Now the Israeli military is back, and the U.N. is preparing to authorize a new international force for the south. This time, Israel — one half of the potential “cake” — is encouraging the establishment of such a force. It has learned through repeated and extended traumas that the Israeli military must endeavor to never again occupy hostile enemy lands. It accepts that any sort of international force in southern Lebanon is better than a vacuum.
As for the other half of the cake, the government of Lebanon is as weak as ever, and Hezbollah, a proxy of Iran that seeks Israel’s destruction, hardly can be relied on to play a constructive political role. Recall that, back in 1983, its murderous suicide attacks chased an American and French stabilization force out of Lebanon.
The new international force, we are told, will emerge under chapter 7 of the U.N. Charter, have “teeth” and be large enough — at least 10,000 soldiers — to compensate effectively for all these drawbacks.
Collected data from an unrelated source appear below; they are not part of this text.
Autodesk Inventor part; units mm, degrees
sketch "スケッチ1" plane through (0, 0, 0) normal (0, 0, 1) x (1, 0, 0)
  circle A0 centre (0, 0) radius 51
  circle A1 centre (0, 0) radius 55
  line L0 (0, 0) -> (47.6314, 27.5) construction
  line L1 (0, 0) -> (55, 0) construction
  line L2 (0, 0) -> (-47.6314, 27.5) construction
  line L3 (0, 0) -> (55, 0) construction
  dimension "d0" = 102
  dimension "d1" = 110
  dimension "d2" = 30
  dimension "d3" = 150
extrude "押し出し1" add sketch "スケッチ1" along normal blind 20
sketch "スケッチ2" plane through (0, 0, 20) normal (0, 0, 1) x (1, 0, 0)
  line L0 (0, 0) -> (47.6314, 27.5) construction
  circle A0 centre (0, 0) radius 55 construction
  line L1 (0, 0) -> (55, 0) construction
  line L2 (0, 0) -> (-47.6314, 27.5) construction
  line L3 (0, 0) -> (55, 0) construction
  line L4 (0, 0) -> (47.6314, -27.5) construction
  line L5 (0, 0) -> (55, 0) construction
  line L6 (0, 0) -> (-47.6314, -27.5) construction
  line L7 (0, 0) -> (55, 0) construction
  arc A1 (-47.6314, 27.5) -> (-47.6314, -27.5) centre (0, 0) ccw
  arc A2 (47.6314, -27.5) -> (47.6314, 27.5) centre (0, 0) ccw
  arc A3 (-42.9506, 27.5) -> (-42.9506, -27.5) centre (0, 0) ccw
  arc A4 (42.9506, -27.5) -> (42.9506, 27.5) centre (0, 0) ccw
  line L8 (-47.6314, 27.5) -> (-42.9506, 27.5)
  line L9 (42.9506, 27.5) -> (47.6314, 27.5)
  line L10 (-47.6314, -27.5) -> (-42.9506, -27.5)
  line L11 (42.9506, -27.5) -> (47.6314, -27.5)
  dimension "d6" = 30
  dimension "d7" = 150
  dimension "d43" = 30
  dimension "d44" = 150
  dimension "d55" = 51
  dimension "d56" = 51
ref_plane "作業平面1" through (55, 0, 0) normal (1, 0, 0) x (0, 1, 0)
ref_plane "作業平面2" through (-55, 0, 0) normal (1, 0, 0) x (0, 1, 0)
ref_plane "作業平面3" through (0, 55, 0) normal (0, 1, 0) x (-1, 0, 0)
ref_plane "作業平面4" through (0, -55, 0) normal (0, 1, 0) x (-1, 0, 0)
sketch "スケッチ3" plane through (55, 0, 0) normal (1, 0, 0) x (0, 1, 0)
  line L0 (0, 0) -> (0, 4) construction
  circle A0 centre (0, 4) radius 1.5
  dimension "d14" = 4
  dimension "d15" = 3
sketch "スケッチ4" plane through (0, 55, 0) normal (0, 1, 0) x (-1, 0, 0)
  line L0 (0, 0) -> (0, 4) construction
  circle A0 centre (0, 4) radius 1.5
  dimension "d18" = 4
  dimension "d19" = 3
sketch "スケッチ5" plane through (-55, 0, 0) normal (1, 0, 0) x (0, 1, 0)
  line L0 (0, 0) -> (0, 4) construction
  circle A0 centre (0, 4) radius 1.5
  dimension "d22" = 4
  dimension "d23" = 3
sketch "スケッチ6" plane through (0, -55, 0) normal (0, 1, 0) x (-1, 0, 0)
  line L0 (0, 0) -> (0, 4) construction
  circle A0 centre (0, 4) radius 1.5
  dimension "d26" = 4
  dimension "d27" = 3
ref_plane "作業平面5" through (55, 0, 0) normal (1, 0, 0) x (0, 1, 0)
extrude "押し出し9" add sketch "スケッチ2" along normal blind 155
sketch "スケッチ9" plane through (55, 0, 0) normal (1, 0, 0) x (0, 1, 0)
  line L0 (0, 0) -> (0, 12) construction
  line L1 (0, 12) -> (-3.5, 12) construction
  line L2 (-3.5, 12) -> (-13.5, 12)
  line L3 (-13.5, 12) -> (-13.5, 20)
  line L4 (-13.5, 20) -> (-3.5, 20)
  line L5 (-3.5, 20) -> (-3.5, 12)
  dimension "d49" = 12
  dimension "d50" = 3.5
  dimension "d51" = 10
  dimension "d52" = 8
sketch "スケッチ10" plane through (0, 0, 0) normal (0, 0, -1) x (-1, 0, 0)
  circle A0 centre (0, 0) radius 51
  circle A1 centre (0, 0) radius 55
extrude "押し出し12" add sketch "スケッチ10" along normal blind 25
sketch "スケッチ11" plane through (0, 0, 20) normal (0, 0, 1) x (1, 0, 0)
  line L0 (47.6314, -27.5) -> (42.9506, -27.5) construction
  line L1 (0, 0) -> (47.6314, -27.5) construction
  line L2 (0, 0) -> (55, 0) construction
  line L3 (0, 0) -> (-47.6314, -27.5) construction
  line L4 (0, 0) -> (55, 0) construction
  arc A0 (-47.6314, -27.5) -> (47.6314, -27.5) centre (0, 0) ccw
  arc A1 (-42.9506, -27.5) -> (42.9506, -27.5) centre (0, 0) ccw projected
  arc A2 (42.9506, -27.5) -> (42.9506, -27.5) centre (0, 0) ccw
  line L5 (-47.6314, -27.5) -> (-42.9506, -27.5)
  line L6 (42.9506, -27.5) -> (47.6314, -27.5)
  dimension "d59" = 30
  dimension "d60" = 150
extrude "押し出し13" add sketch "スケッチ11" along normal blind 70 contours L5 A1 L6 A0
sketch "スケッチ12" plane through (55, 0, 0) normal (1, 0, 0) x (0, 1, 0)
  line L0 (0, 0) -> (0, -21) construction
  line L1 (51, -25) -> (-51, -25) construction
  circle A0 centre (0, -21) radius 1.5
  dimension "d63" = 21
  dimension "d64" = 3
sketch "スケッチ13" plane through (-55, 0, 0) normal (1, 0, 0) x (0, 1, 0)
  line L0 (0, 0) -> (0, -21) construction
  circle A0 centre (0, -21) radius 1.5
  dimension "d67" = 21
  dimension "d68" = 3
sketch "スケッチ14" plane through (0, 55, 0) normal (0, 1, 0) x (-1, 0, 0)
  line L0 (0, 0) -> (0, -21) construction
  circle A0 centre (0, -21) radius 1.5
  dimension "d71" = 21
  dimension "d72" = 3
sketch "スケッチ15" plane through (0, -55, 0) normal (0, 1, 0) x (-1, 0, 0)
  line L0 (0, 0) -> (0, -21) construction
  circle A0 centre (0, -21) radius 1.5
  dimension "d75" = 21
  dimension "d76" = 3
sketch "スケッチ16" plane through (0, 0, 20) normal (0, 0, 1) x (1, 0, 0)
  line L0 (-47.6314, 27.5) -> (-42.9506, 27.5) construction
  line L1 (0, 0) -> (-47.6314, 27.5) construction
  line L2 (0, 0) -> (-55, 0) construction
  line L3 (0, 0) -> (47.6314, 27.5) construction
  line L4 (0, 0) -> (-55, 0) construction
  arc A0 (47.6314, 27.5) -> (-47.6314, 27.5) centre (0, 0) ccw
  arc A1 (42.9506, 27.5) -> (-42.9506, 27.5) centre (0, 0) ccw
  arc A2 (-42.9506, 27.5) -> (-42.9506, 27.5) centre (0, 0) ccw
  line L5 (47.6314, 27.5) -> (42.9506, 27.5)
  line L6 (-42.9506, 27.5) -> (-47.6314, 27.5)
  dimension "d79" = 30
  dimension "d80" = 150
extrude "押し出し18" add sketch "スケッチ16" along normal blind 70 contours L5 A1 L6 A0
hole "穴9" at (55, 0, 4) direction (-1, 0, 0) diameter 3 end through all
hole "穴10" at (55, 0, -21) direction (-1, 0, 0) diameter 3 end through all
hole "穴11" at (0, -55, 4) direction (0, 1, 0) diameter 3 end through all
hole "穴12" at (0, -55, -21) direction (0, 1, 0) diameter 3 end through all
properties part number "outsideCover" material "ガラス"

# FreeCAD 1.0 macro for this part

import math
import FreeCAD as App
import Part
import Sketcher
Q = App.Units.Quantity

doc = App.newDocument("Part")
params = doc.addObject("Spreadsheet::Sheet", "Params")
for row, (alias, value) in enumerate([
    ("sketch1_diameter", "110 mm"),
    ("sketch1_diameter2", "102 mm"),
    ("pad1_length", "20 mm"),
    ("sketch2_radius", "51 mm"),
    ("sketch2_radius2", "55 mm"),
    ("pad2_length", "155 mm"),
    ("sketch3_diameter", "110 mm"),
    ("sketch3_diameter2", "102 mm"),
    ("pad3_length", "25 mm"),
    ("sketch4_radius", "55 mm"),
    ("sketch4_radius2", "51 mm"),
    ("pad4_length", "70 mm"),
    ("sketch5_radius", "55 mm"),
    ("sketch5_radius2", "51 mm"),
    ("pad5_length", "70 mm"),
    ("sketch6_diameter", "3 mm"),
    ("hole_diameter", "3 mm"),
    ("sketch7_diameter", "3 mm"),
    ("hole2_diameter", "3 mm"),
    ("sketch8_diameter", "3 mm"),
    ("hole3_diameter", "3 mm"),
    ("sketch9_diameter", "3 mm"),
    ("hole4_diameter", "3 mm"),
], start=1):
    params.set(f"A{row}", alias)
    params.set(f"B{row}", "=" + value)
    params.setAlias(f"B{row}", alias)

body = doc.addObject("PartDesign::Body", "Body")

sketch1 = body.newObject("Sketcher::SketchObject", "Sketch")
sketch1.AttachmentSupport = (doc.getObject("XY_Plane"), [""])
sketch1.MapMode = "FlatFace"
sketch1.addGeometry([
    Part.Circle(App.Vector(0, 0, 0), App.Vector(0, 0, 1), 55),
    Part.Circle(App.Vector(0, 0, 0), App.Vector(0, 0, 1), 51),
], False)
sketch1.addConstraint([
    Sketcher.Constraint("Coincident", 0, 3, -1, 1),
    Sketcher.Constraint("Coincident", 1, 3, -1, 1),
    Sketcher.Constraint("Diameter", 0, Q("110 mm")),
    Sketcher.Constraint("Diameter", 1, Q("102 mm")),
])
sketch1.setExpression("Constraints[2]", "Params.sketch1_diameter")
sketch1.setExpression("Constraints[3]", "Params.sketch1_diameter2")
pad1 = body.newObject("PartDesign::Pad", "Pad")
pad1.Profile = sketch1
pad1.setExpression("Length", "Params.pad1_length")

sketch2 = body.newObject("Sketcher::SketchObject", "Sketch001")
sketch2.AttachmentSupport = (doc.getObject("XY_Plane"), [""])
sketch2.MapMode = "FlatFace"
sketch2.AttachmentOffset = App.Placement(App.Vector(0, 0, 20), App.Rotation())
sketch2.addGeometry([
    Part.LineSegment(App.Vector(-43, 27.5, 0), App.Vector(-47.6, 27.5, 0)),
    Part.ArcOfCircle(Part.Circle(App.Vector(0, 0, 0), App.Vector(0, 0, 1), 55), math.radians(150), math.radians(210)),
    Part.LineSegment(App.Vector(-47.6, -27.5, 0), App.Vector(-43, -27.5, 0)),
    Part.ArcOfCircle(Part.Circle(App.Vector(0, 0, 0), App.Vector(0, 0, 1), 51), math.radians(147), math.radians(213)),
    Part.LineSegment(App.Vector(43, -27.5, 0), App.Vector(47.6, -27.5, 0)),
    Part.ArcOfCircle(Part.Circle(App.Vector(0, 0, 0), App.Vector(0, 0, 1), 55), math.radians(-30), math.radians(30)),
    Part.LineSegment(App.Vector(47.6, 27.5, 0), App.Vector(43, 27.5, 0)),
    Part.ArcOfCircle(Part.Circle(App.Vector(0, 0, 0), App.Vector(0, 0, 1), 51), math.radians(-33), math.radians(33)),
], False)
sketch2.addConstraint([
    Sketcher.Constraint("Coincident", 0, 2, 1, 1),
    Sketcher.Constraint("Coincident", 1, 2, 2, 1),
    Sketcher.Constraint("Coincident", 2, 2, 3, 2),
    Sketcher.Constraint("Coincident", 3, 1, 0, 1),
    Sketcher.Constraint("Coincident", 4, 2, 5, 1),
    Sketcher.Constraint("Coincident", 5, 2, 6, 1),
It will escort the Lebanese army south, help Lebanon disarm Hezbollah and prevent the illicit smuggling of arms from Syria. It will in effect be a peacemaking as well as a peacekeeping force.
Meanwhile, we’re stuck with the following equation, one that somehow must be resolved before a cease-fire can hold and an international force can even begin to deploy: Israel will not withdraw from the south until it is replaced by such a force; Hezbollah refuses to agree to a cease-fire until Israel leaves the south, and the countries contributing to an international force, even one with teeth, will not agree to its deployment until there is a stable cease-fire.
This cake is not yet even in the oven.
Yossi Alpher, a former senior adviser to Prime Minister Ehud Barak and former director of the Jaffee Center for Strategic Studies, is co-editor of the bitterlemons family of online publications.